A invisibilidade atua vigorosamente para estabelecer posicionamentos da consciência coletiva. Quando se captura os sentimentos de desprezo e do não-reconhecimento – esteio da invisibilidade social – e os relacionam os temas mulheres, mulheres indígenas, negras, transgêneros, povos indígenas e Amazônia é possível dimensionar o tamanho do efeito do sistema de invisibilizar pessoas, territórios, regiões.

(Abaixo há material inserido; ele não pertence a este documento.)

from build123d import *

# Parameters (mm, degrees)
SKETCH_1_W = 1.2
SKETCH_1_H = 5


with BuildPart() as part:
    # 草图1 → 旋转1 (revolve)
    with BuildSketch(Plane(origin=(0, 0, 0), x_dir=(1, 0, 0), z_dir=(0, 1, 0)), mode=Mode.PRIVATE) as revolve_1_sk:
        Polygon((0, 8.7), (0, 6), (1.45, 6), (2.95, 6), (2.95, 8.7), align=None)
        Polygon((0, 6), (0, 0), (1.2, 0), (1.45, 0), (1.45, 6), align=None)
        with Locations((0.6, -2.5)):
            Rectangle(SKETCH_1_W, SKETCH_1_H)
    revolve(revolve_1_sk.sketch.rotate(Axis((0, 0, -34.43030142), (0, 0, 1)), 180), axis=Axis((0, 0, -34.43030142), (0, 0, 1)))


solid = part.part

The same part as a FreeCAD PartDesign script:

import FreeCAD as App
import Part
import Sketcher
Q = App.Units.Quantity


def add_polygon(sketch, points):
    """Adds a closed chain of lines whose ends are joined by coincident constraints."""
    first, n = sketch.GeometryCount, len(points)
    for a, b in zip(points, points[1:] + points[:1]):
        sketch.addGeometry(Part.LineSegment(App.Vector(*a, 0), App.Vector(*b, 0)), False)
    for i in range(n):
        sketch.addConstraint(Sketcher.Constraint("Coincident", first + i, 2, first + (i + 1) % n, 1))

doc = App.newDocument("Part")
body = doc.addObject("PartDesign::Body", "Body")

# Sketch on XZ plane
sketch1 = body.newObject("Sketcher::SketchObject", "Sketch")
sketch1.AttachmentSupport = (doc.getObject("XZ_Plane"), [""])
sketch1.MapMode = "FlatFace"
add_polygon(sketch1, [(0, -8.7), (0, 5), (1.2, 5), (1.2, 0), (1.45, 0), (1.45, -6), (2.95, -6), (2.95, -8.7)])  # lines 0-7
sketch1.addConstraint([
    Sketcher.Constraint("Vertical", 0),
    Sketcher.Constraint("Horizontal", 1),
    Sketcher.Constraint("Vertical", 2),
    Sketcher.Constraint("Horizontal", 3),
    Sketcher.Constraint("Vertical", 4),
    Sketcher.Constraint("Horizontal", 5),
    Sketcher.Constraint("Vertical", 6),
    Sketcher.Constraint("Horizontal", 7),
    Sketcher.Constraint("PointOnObject", 0, 2, -2),
    Sketcher.Constraint("PointOnObject", 2, 2, -1),
    Sketcher.Constraint("DistanceY", 2, 2, 2, 1, Q("5 mm")),
    Sketcher.Constraint("DistanceY", 4, 2, 4, 1, Q("6 mm")),
    Sketcher.Constraint("DistanceX", 1, 1, 1, 2, Q("1.2 mm")),
    Sketcher.Constraint("DistanceX", 5, 1, 5, 2, Q("1.5 mm")),
    Sketcher.Constraint("DistanceY", 0, 1, 0, 2, Q("13.7 mm")),
    Sketcher.Constraint("DistanceX", 3, 1, 3, 2, Q("0.25 mm")),
])
revolution = body.newObject("PartDesign::Revolution", "Revolution")
revolution.Profile = sketch1
revolution.ReferenceAxis = (sketch1, ["V_Axis"])
revolution.Angle = 360

doc.recompute()
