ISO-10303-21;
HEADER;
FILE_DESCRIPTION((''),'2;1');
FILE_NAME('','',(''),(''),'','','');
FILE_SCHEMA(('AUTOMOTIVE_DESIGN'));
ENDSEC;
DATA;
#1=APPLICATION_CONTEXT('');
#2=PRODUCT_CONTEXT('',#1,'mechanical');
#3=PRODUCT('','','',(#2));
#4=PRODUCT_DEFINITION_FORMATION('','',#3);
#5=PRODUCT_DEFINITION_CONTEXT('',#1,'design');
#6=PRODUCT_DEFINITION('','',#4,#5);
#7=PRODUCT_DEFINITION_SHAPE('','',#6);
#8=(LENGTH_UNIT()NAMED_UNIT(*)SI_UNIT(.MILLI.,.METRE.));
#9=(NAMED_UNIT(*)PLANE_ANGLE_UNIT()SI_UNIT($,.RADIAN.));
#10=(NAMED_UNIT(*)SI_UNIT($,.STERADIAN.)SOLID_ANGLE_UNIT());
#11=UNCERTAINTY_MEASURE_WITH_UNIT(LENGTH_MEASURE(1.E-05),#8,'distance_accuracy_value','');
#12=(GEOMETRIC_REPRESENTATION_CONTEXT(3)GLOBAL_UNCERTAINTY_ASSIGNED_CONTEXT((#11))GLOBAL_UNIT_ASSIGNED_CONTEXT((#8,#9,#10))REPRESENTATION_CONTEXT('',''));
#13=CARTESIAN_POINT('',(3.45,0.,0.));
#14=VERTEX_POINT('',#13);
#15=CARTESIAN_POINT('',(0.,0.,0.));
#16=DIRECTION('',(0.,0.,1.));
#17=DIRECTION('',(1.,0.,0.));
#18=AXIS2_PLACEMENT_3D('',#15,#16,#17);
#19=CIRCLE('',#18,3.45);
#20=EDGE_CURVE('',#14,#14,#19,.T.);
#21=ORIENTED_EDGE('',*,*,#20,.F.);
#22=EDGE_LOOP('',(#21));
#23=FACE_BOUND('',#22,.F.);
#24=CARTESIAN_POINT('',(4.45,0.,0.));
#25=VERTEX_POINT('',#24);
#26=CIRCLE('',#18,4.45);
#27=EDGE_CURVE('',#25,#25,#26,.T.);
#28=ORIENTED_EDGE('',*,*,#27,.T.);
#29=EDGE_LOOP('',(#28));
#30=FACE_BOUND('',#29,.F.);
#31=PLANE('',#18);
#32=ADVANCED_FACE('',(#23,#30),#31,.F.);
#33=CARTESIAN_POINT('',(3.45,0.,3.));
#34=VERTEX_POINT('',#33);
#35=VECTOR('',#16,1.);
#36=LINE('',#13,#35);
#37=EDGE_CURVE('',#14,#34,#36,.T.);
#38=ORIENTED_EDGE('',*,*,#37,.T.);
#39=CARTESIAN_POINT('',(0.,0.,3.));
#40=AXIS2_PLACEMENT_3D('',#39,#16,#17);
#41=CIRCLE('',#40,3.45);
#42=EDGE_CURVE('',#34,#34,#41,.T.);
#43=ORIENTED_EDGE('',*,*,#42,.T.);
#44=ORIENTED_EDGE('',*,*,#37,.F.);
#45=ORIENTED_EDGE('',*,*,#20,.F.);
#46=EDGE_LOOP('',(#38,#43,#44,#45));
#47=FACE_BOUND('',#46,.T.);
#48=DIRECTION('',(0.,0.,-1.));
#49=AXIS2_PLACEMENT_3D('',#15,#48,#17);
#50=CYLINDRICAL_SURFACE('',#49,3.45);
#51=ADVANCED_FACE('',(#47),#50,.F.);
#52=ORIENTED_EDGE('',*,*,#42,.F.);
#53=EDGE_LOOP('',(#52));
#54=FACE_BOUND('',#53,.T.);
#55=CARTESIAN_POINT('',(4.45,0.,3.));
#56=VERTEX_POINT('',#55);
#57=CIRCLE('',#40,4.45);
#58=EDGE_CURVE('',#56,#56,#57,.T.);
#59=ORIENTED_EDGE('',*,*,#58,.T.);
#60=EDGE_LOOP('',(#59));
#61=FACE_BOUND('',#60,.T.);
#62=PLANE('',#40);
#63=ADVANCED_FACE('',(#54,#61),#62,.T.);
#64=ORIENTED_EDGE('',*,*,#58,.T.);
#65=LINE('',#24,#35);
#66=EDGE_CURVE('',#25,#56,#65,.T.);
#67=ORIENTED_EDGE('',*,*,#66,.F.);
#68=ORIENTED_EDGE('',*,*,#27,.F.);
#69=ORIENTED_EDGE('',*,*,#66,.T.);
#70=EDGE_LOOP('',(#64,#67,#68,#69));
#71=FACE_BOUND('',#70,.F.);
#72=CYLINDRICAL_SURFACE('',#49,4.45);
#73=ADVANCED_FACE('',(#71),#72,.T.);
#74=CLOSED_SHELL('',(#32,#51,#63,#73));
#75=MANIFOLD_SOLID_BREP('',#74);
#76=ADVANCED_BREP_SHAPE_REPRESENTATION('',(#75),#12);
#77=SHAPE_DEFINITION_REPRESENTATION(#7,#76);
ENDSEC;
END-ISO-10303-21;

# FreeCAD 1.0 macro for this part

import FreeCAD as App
import Part
import Sketcher
Q = App.Units.Quantity

doc = App.newDocument("Part")
body = doc.addObject("PartDesign::Body", "Body")

sketch1 = body.newObject("Sketcher::SketchObject", "Sketch")
sketch1.AttachmentSupport = (doc.getObject("XY_Plane"), [""])
sketch1.MapMode = "FlatFace"
sketch1.addGeometry(Part.Circle(App.Vector(0, 0, 0), App.Vector(0, 0, 1), 4.5), False)
sketch1.addGeometry(Part.Circle(App.Vector(0, 0, 0), App.Vector(0, 0, 1), 3.5), False)
sketch1.addConstraint(Sketcher.Constraint("Coincident", 0, 3, -1, 1))
sketch1.addConstraint(Sketcher.Constraint("Coincident", 1, 3, -1, 1))
sketch1.addConstraint(Sketcher.Constraint("Diameter", 1, Q("6.9 mm")))
sketch1.addConstraint(Sketcher.Constraint("Diameter", 0, Q("8.9 mm")))
pad1 = body.newObject("PartDesign::Pad", "Pad")
pad1.Profile = sketch1
pad1.Length = 3

doc.recompute()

Na Amazônia, a vida das mulheres está diretamente vinculada a esse complexo. A região é percebida como periferizada em país periférico membro da América Latina igualmente submetida a invisibilização que, por sua vez, manejam o jogo de poder e criam camadas de invisibilidades internas.

As lutas das mulheres da floresta pelo direito à vida percorrem, há séculos, os caminhos desse emaranhado de impedimentos do qual participam os poderes executivo, legislativo e judiciário, as instituições. Esse conjunto se pronuncia por meio da montagem e operacionalização da estrutura de invisibilização social, e tem por parte da sociedade o referendo na instância da consciência coletiva – o conjunto de crenças e de sentimentos comuns a participantes da mesma sociedade determinado com vida própria, como propõe Durkheim.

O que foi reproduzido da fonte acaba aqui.